DATA SUPPLIED:

- - -

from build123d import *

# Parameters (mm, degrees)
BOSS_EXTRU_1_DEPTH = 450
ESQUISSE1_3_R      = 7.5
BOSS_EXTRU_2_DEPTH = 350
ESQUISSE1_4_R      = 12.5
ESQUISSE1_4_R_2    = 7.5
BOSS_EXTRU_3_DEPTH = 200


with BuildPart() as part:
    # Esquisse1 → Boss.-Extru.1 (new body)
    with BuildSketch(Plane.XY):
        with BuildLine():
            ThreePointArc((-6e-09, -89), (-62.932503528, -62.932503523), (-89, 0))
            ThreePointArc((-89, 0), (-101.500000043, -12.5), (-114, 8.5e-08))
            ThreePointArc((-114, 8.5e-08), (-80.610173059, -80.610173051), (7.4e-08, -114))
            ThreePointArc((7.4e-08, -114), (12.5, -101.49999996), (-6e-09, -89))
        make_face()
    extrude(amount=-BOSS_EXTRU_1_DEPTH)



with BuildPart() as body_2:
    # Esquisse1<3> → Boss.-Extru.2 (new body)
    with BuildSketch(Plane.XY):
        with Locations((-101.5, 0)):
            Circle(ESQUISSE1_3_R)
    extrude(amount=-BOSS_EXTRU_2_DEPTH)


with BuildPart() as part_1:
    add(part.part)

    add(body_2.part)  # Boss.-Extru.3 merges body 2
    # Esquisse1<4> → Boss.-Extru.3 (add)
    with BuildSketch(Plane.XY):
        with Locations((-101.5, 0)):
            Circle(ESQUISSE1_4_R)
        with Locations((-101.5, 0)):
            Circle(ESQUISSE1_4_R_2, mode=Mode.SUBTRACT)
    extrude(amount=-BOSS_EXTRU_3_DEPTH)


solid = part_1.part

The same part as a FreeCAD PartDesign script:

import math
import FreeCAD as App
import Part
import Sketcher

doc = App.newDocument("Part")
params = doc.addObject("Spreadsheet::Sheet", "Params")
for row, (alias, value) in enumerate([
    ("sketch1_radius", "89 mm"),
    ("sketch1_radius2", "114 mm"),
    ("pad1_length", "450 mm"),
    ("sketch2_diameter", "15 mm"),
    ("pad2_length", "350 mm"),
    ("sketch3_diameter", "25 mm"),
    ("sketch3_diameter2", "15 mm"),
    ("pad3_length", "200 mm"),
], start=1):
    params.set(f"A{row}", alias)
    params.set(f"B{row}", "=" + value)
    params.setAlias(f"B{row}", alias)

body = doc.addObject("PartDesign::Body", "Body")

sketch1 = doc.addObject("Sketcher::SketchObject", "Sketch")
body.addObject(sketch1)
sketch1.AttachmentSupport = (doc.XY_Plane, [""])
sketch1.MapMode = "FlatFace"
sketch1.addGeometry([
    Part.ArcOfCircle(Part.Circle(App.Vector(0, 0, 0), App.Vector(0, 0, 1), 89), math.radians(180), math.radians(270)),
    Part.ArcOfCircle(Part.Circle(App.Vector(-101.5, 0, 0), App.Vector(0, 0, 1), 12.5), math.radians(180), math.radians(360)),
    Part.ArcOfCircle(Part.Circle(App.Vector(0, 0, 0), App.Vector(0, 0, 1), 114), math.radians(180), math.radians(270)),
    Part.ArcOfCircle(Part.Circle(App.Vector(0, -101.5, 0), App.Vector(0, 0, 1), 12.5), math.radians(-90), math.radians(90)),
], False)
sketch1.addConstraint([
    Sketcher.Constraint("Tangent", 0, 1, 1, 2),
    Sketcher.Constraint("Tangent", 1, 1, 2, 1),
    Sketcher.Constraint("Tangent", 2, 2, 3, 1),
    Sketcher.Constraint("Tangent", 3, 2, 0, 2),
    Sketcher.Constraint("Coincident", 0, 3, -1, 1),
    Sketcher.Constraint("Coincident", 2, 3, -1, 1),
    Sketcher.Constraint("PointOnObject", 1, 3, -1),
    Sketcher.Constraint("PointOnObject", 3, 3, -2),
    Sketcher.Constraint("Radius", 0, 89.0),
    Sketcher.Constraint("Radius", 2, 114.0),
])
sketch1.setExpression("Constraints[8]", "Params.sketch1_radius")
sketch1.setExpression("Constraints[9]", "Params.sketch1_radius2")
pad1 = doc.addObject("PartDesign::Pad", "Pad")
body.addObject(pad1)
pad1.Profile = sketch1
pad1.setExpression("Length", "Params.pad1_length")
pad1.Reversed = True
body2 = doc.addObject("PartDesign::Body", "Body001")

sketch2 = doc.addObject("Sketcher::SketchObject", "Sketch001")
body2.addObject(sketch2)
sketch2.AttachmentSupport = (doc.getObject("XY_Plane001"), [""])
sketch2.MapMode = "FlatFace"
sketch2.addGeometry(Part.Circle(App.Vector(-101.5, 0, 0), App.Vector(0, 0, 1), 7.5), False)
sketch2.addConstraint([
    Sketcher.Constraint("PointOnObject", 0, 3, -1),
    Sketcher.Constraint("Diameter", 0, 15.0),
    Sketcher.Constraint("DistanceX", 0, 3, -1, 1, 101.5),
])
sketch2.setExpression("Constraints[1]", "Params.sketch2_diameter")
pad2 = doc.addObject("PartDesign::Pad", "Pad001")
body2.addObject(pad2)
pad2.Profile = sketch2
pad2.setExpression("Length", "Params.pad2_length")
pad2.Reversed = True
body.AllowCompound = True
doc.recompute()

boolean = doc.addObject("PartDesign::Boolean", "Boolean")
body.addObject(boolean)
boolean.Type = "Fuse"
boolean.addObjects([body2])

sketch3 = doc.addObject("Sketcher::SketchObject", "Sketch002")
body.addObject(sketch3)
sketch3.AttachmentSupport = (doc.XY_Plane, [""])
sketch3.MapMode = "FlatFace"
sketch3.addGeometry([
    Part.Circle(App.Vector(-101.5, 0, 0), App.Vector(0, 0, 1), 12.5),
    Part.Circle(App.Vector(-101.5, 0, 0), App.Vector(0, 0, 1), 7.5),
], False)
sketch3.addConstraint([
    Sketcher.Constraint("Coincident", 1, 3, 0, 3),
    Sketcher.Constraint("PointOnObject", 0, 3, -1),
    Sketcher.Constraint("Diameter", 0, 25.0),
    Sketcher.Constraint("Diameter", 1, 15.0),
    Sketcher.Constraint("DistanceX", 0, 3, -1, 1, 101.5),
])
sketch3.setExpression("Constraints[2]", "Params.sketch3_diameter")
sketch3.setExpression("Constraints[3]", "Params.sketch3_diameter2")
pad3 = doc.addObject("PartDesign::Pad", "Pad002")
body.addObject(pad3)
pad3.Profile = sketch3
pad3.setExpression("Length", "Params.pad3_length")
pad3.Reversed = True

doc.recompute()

- - -

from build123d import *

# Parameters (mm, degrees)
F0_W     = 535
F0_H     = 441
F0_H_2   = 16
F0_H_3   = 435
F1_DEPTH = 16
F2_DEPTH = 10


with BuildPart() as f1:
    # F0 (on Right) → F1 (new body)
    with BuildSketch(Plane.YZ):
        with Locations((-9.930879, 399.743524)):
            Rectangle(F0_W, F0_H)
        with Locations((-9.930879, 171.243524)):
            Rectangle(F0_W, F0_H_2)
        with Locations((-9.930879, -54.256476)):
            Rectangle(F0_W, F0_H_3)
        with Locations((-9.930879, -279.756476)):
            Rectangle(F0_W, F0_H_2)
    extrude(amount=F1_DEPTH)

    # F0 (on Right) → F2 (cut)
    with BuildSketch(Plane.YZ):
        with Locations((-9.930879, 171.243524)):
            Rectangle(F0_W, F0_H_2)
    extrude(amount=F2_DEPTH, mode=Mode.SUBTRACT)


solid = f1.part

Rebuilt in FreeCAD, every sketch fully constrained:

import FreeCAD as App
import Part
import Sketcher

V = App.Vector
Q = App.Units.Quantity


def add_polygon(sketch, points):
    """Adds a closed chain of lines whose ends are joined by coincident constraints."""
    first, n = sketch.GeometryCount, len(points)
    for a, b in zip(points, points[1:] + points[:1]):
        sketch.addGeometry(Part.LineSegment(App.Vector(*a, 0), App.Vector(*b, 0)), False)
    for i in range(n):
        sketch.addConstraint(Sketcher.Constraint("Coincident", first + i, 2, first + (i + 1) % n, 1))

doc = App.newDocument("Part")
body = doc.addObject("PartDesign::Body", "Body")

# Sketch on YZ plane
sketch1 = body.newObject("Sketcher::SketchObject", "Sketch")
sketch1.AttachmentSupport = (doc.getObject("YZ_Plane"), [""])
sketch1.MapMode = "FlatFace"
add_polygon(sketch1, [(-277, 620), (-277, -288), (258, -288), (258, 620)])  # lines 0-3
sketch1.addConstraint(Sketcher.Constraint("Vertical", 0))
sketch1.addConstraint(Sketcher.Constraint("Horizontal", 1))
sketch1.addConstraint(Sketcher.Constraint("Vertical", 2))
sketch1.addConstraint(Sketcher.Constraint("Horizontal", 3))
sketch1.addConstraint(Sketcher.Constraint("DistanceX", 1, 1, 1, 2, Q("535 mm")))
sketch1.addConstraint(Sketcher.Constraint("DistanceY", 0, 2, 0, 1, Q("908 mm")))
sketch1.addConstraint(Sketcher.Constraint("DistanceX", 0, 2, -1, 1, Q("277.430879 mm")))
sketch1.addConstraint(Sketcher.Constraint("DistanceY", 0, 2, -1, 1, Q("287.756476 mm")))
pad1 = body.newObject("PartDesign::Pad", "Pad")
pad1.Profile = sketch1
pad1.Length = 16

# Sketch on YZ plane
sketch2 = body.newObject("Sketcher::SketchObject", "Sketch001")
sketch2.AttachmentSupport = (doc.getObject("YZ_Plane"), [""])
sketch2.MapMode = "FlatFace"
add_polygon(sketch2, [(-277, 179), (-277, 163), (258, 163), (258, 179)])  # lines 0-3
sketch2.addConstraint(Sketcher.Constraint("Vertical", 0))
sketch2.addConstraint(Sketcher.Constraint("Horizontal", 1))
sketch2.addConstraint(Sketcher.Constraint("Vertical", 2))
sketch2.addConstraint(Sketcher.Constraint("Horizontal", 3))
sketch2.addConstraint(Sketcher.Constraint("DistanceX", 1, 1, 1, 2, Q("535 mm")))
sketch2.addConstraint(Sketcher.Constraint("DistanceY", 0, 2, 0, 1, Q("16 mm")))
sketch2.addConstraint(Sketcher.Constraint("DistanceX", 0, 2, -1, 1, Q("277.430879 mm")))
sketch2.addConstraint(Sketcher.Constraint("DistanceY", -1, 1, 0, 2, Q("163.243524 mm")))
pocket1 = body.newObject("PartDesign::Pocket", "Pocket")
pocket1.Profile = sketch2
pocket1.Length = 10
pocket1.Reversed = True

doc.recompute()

- - -

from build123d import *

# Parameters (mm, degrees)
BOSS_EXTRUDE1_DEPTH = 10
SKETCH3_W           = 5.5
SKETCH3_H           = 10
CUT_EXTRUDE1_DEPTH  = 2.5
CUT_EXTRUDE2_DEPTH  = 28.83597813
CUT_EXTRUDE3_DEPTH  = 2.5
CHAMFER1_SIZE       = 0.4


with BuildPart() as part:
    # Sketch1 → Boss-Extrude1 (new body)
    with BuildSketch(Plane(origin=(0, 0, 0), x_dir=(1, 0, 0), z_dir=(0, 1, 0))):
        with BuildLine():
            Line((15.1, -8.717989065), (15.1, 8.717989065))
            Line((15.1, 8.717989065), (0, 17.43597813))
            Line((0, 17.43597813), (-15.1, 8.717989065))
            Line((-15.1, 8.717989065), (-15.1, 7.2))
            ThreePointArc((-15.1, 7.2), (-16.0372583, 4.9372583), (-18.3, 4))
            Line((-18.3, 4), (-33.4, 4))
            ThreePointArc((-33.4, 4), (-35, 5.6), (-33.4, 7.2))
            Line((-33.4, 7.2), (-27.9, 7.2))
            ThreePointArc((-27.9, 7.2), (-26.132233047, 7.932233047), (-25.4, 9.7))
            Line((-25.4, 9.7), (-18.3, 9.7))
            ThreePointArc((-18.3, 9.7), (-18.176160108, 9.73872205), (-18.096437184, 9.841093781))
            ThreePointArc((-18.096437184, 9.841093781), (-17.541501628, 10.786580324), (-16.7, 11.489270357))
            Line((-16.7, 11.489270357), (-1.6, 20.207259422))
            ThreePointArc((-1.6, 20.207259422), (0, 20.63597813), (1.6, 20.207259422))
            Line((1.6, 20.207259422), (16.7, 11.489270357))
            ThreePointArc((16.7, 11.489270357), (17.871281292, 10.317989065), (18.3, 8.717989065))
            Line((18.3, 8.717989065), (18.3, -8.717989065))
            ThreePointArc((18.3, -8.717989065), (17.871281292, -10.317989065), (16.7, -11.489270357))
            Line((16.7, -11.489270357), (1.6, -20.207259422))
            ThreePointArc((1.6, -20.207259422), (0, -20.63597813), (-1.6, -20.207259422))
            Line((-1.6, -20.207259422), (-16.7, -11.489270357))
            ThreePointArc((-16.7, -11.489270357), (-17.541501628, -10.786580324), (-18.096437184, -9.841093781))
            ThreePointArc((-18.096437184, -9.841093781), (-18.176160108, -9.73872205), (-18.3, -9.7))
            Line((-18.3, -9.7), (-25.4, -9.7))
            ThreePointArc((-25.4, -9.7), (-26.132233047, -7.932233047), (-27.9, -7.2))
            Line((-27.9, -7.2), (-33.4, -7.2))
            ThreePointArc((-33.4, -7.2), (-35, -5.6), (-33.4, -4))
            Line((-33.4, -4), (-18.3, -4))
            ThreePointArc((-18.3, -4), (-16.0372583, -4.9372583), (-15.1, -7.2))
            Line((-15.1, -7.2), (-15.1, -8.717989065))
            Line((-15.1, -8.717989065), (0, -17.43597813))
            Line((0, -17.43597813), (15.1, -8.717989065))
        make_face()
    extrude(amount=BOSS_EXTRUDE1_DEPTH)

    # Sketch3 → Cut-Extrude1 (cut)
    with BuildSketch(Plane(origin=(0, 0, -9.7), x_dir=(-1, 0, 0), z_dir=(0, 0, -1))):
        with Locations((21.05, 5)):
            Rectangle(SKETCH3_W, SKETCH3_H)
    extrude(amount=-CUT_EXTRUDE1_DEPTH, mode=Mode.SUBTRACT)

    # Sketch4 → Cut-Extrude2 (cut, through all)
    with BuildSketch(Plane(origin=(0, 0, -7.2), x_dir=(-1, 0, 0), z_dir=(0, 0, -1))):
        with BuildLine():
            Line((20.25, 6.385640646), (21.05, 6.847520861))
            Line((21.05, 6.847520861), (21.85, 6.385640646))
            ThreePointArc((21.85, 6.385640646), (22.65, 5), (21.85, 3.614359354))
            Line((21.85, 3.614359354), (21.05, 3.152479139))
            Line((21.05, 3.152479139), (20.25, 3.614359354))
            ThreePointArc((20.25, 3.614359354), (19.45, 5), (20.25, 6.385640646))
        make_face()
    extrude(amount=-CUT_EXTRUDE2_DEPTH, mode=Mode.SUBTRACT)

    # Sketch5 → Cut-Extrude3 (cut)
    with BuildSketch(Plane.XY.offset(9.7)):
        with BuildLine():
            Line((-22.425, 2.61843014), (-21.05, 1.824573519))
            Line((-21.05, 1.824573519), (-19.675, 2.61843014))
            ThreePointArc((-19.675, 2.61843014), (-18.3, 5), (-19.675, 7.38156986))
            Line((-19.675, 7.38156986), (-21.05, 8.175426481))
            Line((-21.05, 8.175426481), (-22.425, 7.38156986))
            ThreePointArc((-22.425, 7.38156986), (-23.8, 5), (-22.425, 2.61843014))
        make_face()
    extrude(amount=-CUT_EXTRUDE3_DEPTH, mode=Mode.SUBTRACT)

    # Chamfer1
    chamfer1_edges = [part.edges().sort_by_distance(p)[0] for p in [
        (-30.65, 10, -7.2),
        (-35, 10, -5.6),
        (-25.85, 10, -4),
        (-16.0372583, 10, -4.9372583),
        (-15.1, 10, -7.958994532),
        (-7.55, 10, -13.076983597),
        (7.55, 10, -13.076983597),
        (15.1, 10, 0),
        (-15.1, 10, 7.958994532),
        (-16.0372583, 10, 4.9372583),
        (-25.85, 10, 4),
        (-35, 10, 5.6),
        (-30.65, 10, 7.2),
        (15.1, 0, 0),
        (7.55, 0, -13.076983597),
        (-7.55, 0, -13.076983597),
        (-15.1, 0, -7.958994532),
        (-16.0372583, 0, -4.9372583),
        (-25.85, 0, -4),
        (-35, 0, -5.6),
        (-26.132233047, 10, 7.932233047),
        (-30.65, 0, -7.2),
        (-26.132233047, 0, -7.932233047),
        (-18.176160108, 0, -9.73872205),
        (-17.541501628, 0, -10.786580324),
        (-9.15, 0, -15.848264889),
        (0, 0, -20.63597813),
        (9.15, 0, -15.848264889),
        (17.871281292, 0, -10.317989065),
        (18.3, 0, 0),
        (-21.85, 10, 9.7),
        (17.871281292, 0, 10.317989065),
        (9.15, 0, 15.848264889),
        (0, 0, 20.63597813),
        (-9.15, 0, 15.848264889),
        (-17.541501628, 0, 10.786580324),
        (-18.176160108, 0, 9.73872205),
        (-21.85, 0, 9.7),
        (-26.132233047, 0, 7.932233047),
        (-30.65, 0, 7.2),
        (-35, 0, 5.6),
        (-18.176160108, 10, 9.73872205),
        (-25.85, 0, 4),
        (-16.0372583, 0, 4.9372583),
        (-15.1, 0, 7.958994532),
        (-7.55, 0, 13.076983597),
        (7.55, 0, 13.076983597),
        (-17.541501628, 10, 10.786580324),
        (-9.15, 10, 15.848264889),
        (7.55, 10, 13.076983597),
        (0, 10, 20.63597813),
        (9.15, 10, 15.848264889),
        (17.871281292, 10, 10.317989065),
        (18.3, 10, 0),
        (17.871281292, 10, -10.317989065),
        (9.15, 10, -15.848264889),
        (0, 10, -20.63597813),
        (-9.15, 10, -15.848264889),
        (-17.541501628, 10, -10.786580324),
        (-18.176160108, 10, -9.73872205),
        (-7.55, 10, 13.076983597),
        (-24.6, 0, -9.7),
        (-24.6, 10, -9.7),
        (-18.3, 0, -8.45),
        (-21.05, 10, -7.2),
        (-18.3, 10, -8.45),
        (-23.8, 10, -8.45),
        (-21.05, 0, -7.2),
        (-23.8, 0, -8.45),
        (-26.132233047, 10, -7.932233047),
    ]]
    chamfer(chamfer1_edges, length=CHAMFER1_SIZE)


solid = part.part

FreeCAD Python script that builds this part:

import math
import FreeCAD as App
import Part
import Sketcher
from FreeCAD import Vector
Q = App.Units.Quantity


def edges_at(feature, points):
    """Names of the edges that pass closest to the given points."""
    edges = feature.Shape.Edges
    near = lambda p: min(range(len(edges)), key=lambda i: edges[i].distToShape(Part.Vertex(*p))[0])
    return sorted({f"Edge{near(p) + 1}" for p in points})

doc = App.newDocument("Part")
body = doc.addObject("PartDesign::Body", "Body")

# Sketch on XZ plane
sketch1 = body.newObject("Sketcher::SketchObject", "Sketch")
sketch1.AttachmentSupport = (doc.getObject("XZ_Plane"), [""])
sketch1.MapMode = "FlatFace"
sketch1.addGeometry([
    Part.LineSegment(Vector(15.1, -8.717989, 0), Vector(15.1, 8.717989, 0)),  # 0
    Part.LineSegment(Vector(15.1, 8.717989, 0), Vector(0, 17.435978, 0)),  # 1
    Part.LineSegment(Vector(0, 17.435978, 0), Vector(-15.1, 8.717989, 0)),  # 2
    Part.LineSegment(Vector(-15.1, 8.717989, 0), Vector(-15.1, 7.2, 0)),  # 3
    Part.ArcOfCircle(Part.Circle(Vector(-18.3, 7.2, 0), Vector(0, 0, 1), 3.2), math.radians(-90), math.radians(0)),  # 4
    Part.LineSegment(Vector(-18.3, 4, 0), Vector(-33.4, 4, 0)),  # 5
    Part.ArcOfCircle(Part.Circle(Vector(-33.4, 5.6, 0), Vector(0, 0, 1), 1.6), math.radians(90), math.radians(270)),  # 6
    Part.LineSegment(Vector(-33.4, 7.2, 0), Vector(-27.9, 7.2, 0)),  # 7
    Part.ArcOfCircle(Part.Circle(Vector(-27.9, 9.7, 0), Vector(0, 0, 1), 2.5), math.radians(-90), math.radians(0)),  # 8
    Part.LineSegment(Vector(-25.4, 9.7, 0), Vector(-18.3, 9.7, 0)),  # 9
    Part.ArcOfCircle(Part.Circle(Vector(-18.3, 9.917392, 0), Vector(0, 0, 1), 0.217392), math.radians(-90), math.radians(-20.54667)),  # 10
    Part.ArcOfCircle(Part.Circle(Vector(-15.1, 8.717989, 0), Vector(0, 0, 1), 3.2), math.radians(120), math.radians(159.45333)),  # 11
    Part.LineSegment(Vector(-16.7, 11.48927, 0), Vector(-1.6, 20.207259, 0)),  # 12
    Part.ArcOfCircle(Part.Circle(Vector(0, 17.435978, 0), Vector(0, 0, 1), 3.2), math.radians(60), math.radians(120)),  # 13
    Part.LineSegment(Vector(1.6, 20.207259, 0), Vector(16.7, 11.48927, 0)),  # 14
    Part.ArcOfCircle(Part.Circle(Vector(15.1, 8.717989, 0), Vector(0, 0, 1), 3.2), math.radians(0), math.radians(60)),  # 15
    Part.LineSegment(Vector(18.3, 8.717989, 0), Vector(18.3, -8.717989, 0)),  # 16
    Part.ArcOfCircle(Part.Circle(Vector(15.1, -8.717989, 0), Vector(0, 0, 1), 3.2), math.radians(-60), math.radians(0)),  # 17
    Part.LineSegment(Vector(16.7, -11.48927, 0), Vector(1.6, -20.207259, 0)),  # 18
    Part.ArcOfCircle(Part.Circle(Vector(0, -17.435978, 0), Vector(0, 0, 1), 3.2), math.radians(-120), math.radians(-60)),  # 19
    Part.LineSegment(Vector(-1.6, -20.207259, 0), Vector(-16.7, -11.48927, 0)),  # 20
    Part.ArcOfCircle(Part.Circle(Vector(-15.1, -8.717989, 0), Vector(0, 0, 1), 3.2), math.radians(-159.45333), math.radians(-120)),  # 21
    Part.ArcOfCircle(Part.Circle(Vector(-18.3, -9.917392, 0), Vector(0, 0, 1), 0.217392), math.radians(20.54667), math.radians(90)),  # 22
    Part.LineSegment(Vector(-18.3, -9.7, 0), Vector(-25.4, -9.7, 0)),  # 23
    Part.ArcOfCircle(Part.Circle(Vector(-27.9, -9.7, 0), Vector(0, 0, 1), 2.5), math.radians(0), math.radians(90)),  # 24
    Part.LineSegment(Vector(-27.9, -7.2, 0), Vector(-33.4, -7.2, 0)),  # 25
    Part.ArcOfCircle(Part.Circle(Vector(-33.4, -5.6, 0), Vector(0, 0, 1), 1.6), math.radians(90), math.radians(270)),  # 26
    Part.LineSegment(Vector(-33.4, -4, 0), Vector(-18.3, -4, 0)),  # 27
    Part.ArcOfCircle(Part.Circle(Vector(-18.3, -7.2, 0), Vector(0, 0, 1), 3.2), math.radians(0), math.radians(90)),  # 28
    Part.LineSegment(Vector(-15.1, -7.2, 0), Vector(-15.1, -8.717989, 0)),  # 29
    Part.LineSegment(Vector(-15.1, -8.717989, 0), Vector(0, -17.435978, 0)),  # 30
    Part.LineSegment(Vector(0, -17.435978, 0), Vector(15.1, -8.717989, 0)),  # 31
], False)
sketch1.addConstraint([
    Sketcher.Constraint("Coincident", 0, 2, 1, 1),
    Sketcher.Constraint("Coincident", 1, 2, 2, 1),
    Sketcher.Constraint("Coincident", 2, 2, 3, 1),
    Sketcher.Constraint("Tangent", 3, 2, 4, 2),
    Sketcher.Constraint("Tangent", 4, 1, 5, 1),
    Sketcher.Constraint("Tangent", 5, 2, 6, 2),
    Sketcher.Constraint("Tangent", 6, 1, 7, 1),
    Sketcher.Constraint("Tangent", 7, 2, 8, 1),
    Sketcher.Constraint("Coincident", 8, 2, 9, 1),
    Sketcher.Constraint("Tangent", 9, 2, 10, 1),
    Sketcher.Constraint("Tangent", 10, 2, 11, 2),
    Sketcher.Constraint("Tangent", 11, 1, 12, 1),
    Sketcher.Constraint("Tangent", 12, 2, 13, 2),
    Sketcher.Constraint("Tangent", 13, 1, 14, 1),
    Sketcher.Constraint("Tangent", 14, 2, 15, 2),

- - -

ASSIGNED TASK: Go back to the listing above. Copy word for word the lines from the one with "chamfer(chamfer1_edges, length=CHAMFER1_SIZE)" through the one with "FreeCAD Python script", and nothing more.

THE ANSWER:
    chamfer(chamfer1_edges, length=CHAMFER1_SIZE)


solid = part.part

FreeCAD Python script that builds this part:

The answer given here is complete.